Question

The surface tension of water is determined by capillary rise method in the laboratory. The principle involved is (symbols having their usual meaning):
A. $T={\displaystyle \frac{r}{3}}(h+{\displaystyle \frac{r}{3}})dg$
B.$T={\displaystyle \frac{r}{4}}(h+{\displaystyle \frac{r}{2}})dg$
C.$T={\displaystyle \frac{r}{2}}(h+{\displaystyle \frac{r}{3}})dg$
D.$T={\displaystyle \frac{r}{2}}({\displaystyle \frac{h}{3}}+r)dg$

Answer 1

Hint: We know that surface tension is the tendency of liquids to shrink or reduce the surface area of the liquid at the liquid air interface, due to the difference in the force of attraction of cohesion between the different interfaces present. And this is measured in SI units

Complete step-by-step solution:
To find or calculate the surface tension of liquids, we use the capillary rise method, where a thin tube called the capillary is introduced into the liquid, whose surface tension is to be studied.
This results in the rise of liquid inside the constrained spaces of the tube. The length of rise is proportional to the surface tension of the liquid.

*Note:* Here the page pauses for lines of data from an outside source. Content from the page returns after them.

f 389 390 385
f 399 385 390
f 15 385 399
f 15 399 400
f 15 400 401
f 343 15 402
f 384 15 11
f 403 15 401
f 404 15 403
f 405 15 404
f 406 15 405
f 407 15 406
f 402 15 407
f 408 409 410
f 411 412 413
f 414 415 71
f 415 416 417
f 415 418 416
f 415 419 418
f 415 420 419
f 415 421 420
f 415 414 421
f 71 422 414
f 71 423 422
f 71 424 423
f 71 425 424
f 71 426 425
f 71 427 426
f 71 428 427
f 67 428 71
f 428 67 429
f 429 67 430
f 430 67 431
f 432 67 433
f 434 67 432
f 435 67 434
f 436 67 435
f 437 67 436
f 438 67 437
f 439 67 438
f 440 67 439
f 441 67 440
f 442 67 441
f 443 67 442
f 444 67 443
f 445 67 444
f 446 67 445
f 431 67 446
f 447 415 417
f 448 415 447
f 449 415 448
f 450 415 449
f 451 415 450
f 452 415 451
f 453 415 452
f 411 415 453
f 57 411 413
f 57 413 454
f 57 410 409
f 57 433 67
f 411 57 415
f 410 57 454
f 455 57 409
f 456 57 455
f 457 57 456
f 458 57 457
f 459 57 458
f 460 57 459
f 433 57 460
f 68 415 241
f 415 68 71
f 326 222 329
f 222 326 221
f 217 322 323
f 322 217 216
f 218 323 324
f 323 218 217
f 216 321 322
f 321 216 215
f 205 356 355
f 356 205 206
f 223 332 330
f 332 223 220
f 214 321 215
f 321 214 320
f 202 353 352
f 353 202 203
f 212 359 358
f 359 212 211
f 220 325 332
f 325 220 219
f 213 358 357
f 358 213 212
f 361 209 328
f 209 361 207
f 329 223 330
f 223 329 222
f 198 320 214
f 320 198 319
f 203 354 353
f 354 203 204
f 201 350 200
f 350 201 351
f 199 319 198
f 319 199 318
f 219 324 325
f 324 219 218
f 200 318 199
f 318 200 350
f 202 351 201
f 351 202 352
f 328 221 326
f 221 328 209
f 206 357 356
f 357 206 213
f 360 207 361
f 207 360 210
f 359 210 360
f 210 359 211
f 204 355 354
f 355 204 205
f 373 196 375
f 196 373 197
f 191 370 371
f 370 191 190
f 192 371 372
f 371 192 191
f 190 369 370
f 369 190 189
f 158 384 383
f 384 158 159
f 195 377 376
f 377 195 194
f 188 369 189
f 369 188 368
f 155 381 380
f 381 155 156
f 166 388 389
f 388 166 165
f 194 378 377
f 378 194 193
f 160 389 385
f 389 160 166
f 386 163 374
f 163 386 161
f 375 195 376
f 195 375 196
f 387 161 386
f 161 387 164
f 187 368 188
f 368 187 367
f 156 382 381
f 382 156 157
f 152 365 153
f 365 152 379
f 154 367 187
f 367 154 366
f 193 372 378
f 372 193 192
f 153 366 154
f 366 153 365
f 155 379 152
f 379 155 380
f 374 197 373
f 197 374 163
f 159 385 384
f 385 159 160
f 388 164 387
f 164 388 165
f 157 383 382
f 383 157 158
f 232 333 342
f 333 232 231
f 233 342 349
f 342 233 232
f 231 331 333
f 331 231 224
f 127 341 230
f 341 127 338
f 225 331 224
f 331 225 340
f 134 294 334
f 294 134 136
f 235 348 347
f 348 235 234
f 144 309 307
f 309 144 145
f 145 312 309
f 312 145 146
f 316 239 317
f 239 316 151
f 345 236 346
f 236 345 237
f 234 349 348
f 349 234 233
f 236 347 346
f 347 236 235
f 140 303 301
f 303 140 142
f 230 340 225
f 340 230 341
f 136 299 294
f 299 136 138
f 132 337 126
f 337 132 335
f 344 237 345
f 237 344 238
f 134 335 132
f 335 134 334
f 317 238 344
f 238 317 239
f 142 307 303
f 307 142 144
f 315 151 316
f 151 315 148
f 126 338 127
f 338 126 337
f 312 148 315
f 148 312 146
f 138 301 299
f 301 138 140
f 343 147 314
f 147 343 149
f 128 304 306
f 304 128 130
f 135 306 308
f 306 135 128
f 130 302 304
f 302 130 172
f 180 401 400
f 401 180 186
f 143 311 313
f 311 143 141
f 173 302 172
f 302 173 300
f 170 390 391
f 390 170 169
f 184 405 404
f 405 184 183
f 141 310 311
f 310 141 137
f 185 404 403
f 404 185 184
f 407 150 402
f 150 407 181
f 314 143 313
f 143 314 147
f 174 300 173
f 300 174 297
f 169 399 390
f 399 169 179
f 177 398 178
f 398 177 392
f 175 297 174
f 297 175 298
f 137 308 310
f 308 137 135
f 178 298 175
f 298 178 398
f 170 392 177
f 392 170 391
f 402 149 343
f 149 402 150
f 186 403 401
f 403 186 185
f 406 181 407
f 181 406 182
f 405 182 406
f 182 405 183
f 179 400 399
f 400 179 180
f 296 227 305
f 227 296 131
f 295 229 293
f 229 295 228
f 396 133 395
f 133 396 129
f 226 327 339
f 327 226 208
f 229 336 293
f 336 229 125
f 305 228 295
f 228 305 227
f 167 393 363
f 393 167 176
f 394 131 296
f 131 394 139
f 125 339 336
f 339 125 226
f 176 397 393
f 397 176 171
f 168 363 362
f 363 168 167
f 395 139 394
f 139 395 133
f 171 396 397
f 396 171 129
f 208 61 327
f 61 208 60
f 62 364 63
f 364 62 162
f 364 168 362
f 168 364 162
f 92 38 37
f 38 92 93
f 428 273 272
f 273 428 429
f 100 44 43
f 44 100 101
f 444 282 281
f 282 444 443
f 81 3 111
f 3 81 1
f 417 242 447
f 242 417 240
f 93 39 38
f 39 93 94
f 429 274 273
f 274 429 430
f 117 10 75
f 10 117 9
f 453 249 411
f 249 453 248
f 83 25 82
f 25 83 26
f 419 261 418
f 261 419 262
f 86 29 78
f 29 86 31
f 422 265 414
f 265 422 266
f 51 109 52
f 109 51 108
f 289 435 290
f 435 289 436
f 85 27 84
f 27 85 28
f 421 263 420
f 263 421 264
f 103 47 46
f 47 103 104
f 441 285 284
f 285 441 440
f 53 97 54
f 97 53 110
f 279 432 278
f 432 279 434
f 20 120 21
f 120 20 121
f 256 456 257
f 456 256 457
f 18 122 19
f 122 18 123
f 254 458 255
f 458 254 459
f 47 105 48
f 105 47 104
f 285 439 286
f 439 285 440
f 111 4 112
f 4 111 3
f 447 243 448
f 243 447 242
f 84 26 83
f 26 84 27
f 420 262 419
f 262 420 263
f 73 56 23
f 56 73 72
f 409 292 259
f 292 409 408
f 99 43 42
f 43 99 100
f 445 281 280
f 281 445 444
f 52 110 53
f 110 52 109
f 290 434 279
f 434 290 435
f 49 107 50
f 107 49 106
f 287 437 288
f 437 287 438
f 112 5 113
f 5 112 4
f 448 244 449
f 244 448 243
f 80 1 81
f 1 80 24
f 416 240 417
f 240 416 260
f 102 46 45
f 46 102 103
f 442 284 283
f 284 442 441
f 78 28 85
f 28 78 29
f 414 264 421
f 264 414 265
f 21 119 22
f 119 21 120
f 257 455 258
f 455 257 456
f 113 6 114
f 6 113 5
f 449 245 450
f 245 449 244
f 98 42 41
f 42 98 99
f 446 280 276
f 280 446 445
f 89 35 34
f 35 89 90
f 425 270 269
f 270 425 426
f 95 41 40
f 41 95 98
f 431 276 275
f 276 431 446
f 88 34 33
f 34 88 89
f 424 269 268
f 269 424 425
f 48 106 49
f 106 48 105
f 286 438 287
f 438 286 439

From Jurin’s law, we have, just above the liquid-air interface, the pressure experienced by the water molecules is equal to the atmospheric pressure.
$p_t=p_o+p$
At any point inside the liquid, the pressure experienced by the liquid is less than the sum of the pressure due to the liquid and the pressure due to the atmosphere.
$p_b=p+p_l$
The pressure due to liquid depends on the height of liquid column $h$ above the point of interest and the density of the liquid $d$
$p_l=dgh$
Since there is an angle made at the liquid air interface, we have
$dgh={\displaystyle \frac{2\gamma cos\theta }{r}}$ where, $\gamma$ is the surface tension due to contact angle $\theta$ and $r$ is the radius of the capillary tube.
Then, at any point in liquid, we have
$\gamma ={\displaystyle \frac{r}{2cos\theta }}dgh$
$⟹\gamma ={\displaystyle \frac{r}{2}}({\displaystyle \frac{h}{3}}+r)dg$
Hence the answer is D. $T={\displaystyle \frac{r}{2}}({\displaystyle \frac{h}{3}}+r)dg$

Note: This is observed as the combined effect of the cohesive force acting between the liquid-liquid interface and the liquid –capillary. The difference between the attraction, results in the formation of meniscus, which tries to minimize the distance between the water molecules by attracting or pulling them closer to one another.